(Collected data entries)
▼
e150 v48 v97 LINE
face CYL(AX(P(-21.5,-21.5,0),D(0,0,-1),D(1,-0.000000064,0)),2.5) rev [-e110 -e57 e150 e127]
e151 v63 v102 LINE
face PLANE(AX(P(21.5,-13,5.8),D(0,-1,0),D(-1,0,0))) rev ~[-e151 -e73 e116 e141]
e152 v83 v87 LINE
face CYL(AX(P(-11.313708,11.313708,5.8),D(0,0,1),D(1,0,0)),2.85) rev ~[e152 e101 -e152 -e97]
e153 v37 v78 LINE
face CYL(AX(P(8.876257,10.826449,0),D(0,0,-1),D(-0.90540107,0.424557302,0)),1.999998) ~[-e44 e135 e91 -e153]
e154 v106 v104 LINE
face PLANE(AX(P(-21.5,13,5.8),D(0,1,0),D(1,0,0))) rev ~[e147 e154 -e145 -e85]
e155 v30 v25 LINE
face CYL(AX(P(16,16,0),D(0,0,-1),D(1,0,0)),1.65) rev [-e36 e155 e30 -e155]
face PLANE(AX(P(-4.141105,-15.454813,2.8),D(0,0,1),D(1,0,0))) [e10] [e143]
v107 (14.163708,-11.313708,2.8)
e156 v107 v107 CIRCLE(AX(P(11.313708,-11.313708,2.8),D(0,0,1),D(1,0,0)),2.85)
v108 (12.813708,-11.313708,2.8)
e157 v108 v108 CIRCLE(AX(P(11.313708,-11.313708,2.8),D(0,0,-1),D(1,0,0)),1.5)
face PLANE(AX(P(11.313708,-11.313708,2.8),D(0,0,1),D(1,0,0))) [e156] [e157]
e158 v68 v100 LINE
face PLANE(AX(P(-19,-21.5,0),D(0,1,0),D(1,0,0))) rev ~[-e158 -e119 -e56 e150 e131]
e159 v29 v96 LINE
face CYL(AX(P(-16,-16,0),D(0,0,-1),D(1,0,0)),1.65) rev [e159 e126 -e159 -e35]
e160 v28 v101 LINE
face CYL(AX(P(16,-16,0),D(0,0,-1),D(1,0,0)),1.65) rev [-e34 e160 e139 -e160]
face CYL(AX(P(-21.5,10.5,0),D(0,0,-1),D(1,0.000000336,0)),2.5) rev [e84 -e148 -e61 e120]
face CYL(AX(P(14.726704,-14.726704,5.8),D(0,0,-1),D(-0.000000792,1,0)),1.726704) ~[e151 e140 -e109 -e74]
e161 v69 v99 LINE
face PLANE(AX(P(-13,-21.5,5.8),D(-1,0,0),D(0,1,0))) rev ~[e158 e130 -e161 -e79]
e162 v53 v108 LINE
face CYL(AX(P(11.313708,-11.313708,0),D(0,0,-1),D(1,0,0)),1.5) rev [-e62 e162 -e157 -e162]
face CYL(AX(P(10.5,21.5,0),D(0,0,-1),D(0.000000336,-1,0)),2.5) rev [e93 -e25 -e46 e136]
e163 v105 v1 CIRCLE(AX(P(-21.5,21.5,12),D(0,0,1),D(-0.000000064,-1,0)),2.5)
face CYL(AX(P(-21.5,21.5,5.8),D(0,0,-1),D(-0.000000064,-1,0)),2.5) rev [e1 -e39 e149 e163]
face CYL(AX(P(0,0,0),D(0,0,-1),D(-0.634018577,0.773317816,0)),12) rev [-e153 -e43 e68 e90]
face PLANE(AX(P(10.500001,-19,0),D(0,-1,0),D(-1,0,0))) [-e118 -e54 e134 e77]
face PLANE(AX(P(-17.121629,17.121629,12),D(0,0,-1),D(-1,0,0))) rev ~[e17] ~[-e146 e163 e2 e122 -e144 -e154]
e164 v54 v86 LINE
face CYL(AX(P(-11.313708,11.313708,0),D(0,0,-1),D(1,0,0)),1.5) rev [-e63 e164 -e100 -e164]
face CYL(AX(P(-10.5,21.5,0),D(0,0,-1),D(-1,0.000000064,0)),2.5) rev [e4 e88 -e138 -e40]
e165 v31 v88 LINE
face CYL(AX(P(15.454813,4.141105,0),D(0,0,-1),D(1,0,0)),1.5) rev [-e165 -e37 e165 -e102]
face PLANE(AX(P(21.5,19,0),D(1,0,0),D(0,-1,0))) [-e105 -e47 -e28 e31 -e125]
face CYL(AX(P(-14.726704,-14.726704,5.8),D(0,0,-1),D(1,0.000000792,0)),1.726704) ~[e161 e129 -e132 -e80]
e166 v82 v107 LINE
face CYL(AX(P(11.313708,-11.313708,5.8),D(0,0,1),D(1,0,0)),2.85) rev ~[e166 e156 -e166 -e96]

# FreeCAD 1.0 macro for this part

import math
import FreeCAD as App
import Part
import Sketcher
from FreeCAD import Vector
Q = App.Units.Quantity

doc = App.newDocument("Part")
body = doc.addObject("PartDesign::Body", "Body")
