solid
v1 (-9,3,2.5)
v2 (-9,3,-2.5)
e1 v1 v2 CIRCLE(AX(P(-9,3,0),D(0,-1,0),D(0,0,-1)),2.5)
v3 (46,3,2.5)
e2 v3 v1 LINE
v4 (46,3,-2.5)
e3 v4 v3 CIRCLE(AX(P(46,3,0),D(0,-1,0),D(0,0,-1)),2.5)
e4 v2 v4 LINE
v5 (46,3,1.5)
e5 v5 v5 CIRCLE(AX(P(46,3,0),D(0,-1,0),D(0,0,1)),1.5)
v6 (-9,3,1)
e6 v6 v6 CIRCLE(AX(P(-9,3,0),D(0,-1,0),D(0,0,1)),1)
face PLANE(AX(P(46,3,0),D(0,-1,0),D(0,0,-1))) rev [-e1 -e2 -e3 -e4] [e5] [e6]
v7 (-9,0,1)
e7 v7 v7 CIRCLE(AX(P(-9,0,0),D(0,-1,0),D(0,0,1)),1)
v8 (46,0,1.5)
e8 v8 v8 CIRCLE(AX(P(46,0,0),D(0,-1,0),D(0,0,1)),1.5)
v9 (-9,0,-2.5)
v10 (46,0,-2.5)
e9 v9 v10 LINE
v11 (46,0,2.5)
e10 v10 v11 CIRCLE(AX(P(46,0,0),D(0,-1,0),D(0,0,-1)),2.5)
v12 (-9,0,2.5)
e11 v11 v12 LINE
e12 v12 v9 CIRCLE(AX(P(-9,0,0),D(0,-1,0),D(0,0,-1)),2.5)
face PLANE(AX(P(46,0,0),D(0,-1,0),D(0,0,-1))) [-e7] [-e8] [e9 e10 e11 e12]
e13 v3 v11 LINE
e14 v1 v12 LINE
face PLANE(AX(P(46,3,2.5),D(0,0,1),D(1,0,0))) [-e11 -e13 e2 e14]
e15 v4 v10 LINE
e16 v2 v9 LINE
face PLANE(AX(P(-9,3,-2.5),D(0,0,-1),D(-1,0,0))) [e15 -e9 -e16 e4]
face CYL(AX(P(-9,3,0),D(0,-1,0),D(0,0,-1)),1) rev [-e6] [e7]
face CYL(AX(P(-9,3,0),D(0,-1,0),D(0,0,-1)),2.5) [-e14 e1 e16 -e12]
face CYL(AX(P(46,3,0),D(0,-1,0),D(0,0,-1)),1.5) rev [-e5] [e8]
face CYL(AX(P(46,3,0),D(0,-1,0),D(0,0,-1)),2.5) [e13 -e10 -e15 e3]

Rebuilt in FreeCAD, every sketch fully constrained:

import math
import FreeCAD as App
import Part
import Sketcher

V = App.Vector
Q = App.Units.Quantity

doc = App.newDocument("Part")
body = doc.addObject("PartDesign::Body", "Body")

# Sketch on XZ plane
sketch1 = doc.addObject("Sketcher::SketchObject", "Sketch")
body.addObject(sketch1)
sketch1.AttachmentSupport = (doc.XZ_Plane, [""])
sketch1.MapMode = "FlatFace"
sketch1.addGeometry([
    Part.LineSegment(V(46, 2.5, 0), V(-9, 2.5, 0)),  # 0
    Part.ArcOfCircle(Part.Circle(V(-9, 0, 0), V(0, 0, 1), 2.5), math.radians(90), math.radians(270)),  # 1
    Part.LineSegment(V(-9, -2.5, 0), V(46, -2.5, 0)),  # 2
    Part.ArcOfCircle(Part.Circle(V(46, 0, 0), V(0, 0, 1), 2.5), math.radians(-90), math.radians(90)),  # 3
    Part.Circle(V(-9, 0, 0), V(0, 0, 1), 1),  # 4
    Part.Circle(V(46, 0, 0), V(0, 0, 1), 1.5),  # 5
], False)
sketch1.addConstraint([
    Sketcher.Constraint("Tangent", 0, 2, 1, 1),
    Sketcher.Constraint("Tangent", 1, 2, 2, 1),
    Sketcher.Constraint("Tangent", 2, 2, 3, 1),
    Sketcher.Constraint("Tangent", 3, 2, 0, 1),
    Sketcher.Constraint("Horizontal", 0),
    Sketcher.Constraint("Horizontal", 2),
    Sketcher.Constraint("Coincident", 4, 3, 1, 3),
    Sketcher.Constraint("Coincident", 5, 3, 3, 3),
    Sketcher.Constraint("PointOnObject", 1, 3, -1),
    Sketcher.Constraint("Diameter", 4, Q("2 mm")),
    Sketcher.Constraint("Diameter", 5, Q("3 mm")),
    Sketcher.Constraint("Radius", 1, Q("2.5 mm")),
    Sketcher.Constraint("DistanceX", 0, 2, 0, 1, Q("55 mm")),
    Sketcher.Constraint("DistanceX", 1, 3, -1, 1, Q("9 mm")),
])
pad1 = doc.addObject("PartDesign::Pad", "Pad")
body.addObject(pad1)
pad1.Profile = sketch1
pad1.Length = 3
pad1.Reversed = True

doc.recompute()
▲
* **TASK PROMPT**: For this exercise, output exactly the lines above from the line with "v10 (46,0,-2.5)" to the line with "Rebuilt in FreeCAD, every", counting both, and leave out the rest.

* **TASK ANSWER**:
v10 (46,0,-2.5)
e9 v9 v10 LINE
v11 (46,0,2.5)
e10 v10 v11 CIRCLE(AX(P(46,0,0),D(0,-1,0),D(0,0,-1)),2.5)
v12 (-9,0,2.5)
e11 v11 v12 LINE
e12 v12 v9 CIRCLE(AX(P(-9,0,0),D(0,-1,0),D(0,0,-1)),2.5)
face PLANE(AX(P(46,0,0),D(0,-1,0),D(0,0,-1))) [-e7] [-e8] [e9 e10 e11 e12]
e13 v3 v11 LINE
e14 v1 v12 LINE
face PLANE(AX(P(46,3,2.5),D(0,0,1),D(1,0,0))) [-e11 -e13 e2 e14]
e15 v4 v10 LINE
e16 v2 v9 LINE
face PLANE(AX(P(-9,3,-2.5),D(0,0,-1),D(-1,0,0))) [e15 -e9 -e16 e4]
face CYL(AX(P(-9,3,0),D(0,-1,0),D(0,0,-1)),1) rev [-e6] [e7]
face CYL(AX(P(-9,3,0),D(0,-1,0),D(0,0,-1)),2.5) [-e14 e1 e16 -e12]
face CYL(AX(P(46,3,0),D(0,-1,0),D(0,0,-1)),1.5) rev [-e5] [e8]
face CYL(AX(P(46,3,0),D(0,-1,0),D(0,0,-1)),2.5) [e13 -e10 -e15 e3]

Rebuilt in FreeCAD, every sketch fully constrained:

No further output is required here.